* **WORK INSTRUCTION**
Extract precisely the lines of the entries below, from the first line through the line containing "#34=ORIENTED_EDGE('',*,*,#33,.T.);".

- - -

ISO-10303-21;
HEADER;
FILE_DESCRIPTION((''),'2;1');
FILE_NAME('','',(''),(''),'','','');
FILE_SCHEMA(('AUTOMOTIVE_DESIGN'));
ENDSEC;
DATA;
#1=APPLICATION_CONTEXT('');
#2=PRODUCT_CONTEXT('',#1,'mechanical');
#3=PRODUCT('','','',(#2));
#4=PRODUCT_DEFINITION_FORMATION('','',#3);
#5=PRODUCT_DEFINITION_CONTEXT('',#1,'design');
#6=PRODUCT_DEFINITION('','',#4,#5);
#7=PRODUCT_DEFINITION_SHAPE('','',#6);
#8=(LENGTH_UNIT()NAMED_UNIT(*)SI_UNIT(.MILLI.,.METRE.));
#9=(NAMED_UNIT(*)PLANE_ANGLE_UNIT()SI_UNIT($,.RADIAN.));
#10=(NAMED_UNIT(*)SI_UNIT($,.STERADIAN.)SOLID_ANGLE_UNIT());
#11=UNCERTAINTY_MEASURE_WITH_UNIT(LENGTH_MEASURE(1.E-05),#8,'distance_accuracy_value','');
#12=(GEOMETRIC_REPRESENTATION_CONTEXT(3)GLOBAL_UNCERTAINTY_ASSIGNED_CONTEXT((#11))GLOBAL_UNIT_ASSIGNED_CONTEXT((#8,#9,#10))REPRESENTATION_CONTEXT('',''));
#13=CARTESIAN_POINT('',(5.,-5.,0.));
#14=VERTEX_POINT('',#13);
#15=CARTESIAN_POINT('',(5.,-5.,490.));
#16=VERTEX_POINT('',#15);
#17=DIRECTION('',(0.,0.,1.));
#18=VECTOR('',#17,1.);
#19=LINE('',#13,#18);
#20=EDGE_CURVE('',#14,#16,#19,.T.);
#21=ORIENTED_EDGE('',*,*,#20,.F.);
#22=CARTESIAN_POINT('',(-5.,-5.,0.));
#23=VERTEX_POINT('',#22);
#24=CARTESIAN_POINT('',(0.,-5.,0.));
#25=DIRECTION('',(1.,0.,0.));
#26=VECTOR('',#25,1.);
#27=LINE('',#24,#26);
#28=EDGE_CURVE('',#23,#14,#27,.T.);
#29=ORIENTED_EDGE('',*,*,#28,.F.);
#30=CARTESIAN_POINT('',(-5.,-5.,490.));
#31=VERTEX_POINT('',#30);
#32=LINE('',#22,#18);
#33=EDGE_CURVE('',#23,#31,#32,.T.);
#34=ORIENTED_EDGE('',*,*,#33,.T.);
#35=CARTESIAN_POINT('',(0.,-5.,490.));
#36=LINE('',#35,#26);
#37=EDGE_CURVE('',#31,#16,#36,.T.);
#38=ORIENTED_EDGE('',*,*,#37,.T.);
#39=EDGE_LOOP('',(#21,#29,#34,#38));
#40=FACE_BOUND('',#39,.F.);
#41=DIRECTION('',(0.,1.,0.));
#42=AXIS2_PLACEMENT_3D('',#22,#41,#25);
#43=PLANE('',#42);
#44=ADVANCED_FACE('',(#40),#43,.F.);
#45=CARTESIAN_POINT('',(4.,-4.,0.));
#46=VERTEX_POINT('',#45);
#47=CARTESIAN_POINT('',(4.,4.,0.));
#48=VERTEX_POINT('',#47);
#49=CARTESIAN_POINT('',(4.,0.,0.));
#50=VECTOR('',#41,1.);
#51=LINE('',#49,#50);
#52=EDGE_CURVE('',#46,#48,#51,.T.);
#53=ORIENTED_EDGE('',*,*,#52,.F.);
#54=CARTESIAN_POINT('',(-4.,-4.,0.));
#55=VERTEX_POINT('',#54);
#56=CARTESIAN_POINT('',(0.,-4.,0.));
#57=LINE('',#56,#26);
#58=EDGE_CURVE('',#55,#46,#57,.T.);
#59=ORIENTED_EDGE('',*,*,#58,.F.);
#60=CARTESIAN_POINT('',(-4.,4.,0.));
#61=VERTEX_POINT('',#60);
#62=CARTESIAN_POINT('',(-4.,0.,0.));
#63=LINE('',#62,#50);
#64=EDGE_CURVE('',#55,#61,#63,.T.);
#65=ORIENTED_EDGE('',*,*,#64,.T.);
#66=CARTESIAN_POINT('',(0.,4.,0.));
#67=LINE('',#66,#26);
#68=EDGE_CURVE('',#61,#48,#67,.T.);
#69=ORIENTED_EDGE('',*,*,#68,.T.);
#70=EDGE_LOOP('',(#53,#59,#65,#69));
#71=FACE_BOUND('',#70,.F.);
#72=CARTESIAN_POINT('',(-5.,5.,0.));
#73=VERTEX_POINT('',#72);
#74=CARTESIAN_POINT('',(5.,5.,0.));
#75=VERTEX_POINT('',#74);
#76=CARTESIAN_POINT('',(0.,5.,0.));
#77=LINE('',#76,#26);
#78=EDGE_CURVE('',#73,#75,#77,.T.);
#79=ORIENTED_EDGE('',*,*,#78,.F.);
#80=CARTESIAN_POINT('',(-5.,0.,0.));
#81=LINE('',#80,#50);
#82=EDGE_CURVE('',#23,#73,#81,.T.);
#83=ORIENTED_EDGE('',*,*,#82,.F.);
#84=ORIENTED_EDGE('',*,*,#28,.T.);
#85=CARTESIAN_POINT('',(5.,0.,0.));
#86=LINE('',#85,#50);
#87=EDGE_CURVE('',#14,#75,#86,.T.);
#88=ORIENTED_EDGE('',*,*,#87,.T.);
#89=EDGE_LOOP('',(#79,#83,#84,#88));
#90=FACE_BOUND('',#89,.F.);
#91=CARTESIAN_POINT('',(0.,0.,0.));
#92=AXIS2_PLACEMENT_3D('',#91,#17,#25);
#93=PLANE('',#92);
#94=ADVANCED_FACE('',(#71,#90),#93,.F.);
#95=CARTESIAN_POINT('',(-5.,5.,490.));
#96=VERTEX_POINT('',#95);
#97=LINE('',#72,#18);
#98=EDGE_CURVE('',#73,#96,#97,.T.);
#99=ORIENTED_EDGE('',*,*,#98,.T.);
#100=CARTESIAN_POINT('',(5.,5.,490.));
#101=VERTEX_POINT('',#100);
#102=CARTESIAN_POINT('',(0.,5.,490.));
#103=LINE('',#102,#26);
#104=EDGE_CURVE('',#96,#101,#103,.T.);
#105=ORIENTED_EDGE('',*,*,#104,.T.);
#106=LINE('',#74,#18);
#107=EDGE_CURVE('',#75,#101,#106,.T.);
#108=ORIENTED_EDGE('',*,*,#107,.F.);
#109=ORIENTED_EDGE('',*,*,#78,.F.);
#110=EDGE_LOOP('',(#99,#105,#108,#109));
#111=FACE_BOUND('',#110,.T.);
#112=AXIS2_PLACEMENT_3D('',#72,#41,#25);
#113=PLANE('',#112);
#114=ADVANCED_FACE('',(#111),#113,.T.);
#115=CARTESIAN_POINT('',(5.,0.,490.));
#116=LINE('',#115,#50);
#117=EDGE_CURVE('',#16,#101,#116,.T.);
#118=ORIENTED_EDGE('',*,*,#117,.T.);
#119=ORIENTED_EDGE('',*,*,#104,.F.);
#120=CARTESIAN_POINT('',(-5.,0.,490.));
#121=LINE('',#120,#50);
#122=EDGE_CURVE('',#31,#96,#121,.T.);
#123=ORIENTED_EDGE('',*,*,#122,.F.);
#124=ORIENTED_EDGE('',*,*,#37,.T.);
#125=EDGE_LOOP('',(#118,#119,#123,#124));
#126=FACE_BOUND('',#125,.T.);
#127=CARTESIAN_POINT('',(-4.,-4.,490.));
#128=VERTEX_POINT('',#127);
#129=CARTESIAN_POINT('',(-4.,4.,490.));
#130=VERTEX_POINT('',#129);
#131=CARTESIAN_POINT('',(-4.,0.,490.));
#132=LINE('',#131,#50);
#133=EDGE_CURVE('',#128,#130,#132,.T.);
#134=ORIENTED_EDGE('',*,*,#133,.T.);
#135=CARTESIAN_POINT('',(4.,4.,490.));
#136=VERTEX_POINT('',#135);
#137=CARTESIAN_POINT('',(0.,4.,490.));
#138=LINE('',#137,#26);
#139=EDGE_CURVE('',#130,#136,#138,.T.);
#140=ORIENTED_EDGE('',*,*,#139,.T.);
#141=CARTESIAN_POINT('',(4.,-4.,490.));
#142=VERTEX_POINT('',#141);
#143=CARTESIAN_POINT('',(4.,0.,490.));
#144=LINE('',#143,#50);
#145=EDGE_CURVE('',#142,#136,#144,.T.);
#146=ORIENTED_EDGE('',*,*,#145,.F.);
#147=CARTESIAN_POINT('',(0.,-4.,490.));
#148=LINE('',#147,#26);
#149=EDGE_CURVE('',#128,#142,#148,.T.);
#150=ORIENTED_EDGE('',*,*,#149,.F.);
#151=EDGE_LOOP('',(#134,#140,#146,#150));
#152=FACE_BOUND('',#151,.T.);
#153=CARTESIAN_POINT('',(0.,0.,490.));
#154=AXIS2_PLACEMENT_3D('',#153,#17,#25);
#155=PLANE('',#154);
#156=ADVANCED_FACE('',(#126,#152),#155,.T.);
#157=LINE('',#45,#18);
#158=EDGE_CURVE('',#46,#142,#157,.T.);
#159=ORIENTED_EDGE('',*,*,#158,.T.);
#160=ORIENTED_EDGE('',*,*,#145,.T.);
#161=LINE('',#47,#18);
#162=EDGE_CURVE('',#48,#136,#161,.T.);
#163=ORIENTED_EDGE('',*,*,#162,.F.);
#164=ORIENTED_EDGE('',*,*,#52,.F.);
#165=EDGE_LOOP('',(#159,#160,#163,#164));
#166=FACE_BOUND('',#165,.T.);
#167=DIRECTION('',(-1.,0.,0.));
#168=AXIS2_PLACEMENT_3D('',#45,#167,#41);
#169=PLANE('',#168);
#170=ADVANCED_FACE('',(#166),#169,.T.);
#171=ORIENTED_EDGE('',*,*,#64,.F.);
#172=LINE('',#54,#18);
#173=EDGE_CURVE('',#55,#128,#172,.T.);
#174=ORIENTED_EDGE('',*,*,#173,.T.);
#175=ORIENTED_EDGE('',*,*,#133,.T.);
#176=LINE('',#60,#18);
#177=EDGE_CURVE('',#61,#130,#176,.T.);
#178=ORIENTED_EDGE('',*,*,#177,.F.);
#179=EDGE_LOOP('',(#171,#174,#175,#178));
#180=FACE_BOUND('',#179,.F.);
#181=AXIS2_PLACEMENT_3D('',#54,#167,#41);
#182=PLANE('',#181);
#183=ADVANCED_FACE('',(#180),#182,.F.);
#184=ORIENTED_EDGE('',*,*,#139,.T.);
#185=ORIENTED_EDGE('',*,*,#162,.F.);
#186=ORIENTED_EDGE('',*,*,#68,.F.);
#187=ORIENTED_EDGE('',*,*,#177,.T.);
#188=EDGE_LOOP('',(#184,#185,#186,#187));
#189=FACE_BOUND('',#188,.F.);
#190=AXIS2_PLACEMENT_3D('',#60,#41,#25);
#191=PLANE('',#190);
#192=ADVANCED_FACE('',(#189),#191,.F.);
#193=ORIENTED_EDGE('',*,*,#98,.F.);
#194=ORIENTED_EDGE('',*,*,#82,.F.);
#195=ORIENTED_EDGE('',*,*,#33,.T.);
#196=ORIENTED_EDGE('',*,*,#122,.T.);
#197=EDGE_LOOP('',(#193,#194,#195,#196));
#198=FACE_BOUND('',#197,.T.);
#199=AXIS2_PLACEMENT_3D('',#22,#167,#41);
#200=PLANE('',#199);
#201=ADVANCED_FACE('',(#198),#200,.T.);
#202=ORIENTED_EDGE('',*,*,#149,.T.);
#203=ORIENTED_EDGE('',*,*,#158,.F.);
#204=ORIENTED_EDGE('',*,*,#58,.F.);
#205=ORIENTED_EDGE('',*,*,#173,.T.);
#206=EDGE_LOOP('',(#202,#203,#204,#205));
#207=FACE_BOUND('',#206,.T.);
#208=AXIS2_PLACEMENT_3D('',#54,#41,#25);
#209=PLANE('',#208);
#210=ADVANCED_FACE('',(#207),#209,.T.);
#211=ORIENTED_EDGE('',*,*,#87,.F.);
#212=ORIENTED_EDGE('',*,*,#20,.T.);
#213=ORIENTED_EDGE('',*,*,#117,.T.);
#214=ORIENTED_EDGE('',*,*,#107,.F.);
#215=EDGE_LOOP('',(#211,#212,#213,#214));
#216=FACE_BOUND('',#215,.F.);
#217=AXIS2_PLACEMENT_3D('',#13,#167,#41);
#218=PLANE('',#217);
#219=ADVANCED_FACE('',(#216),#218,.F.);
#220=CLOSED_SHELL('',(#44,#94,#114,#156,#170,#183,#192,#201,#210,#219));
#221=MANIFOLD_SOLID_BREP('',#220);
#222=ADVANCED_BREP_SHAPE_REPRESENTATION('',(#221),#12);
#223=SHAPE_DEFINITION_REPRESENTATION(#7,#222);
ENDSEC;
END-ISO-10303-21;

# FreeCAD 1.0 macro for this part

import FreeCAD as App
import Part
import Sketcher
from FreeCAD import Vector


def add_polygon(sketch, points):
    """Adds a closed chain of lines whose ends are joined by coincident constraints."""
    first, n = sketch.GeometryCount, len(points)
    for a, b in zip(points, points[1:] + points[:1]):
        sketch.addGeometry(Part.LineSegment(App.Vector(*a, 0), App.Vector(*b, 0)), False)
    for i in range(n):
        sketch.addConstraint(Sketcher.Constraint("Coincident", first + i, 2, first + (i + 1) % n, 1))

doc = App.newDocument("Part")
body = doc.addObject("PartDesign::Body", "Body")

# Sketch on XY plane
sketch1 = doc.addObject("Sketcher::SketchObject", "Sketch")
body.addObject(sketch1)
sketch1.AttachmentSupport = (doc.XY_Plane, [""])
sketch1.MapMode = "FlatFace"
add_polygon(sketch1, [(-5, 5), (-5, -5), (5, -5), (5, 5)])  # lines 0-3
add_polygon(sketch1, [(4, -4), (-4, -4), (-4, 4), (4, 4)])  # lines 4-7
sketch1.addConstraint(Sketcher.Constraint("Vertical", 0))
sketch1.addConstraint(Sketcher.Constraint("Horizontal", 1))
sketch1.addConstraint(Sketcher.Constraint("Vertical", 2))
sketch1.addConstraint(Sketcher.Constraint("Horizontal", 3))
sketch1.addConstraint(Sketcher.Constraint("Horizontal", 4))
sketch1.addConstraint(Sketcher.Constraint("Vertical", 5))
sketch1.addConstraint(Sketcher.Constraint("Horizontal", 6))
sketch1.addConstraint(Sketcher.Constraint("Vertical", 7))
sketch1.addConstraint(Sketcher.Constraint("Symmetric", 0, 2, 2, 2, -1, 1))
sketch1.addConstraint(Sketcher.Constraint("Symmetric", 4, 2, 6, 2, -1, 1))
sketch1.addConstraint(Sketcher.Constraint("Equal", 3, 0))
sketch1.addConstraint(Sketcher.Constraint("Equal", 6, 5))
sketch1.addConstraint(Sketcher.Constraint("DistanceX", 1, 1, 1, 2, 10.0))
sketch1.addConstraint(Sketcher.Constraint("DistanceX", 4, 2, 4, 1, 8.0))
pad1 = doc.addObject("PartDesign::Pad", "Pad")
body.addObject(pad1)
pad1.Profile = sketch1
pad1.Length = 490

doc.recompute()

- - -

* **ANSWER SECTION**
ISO-10303-21;
HEADER;
FILE_DESCRIPTION((''),'2;1');
FILE_NAME('','',(''),(''),'','','');
FILE_SCHEMA(('AUTOMOTIVE_DESIGN'));
ENDSEC;
DATA;
#1=APPLICATION_CONTEXT('');
#2=PRODUCT_CONTEXT('',#1,'mechanical');
#3=PRODUCT('','','',(#2));
#4=PRODUCT_DEFINITION_FORMATION('','',#3);
#5=PRODUCT_DEFINITION_CONTEXT('',#1,'design');
#6=PRODUCT_DEFINITION('','',#4,#5);
#7=PRODUCT_DEFINITION_SHAPE('','',#6);
#8=(LENGTH_UNIT()NAMED_UNIT(*)SI_UNIT(.MILLI.,.METRE.));
#9=(NAMED_UNIT(*)PLANE_ANGLE_UNIT()SI_UNIT($,.RADIAN.));
#10=(NAMED_UNIT(*)SI_UNIT($,.STERADIAN.)SOLID_ANGLE_UNIT());
#11=UNCERTAINTY_MEASURE_WITH_UNIT(LENGTH_MEASURE(1.E-05),#8,'distance_accuracy_value','');
#12=(GEOMETRIC_REPRESENTATION_CONTEXT(3)GLOBAL_UNCERTAINTY_ASSIGNED_CONTEXT((#11))GLOBAL_UNIT_ASSIGNED_CONTEXT((#8,#9,#10))REPRESENTATION_CONTEXT('',''));
#13=CARTESIAN_POINT('',(5.,-5.,0.));
#14=VERTEX_POINT('',#13);
#15=CARTESIAN_POINT('',(5.,-5.,490.));
#16=VERTEX_POINT('',#15);
#17=DIRECTION('',(0.,0.,1.));
#18=VECTOR('',#17,1.);
#19=LINE('',#13,#18);
#20=EDGE_CURVE('',#14,#16,#19,.T.);
#21=ORIENTED_EDGE('',*,*,#20,.F.);
#22=CARTESIAN_POINT('',(-5.,-5.,0.));
#23=VERTEX_POINT('',#22);
#24=CARTESIAN_POINT('',(0.,-5.,0.));
#25=DIRECTION('',(1.,0.,0.));
#26=VECTOR('',#25,1.);
#27=LINE('',#24,#26);
#28=EDGE_CURVE('',#23,#14,#27,.T.);
#29=ORIENTED_EDGE('',*,*,#28,.F.);
#30=CARTESIAN_POINT('',(-5.,-5.,490.));
#31=VERTEX_POINT('',#30);
#32=LINE('',#22,#18);
#33=EDGE_CURVE('',#23,#31,#32,.T.);
#34=ORIENTED_EDGE('',*,*,#33,.T.);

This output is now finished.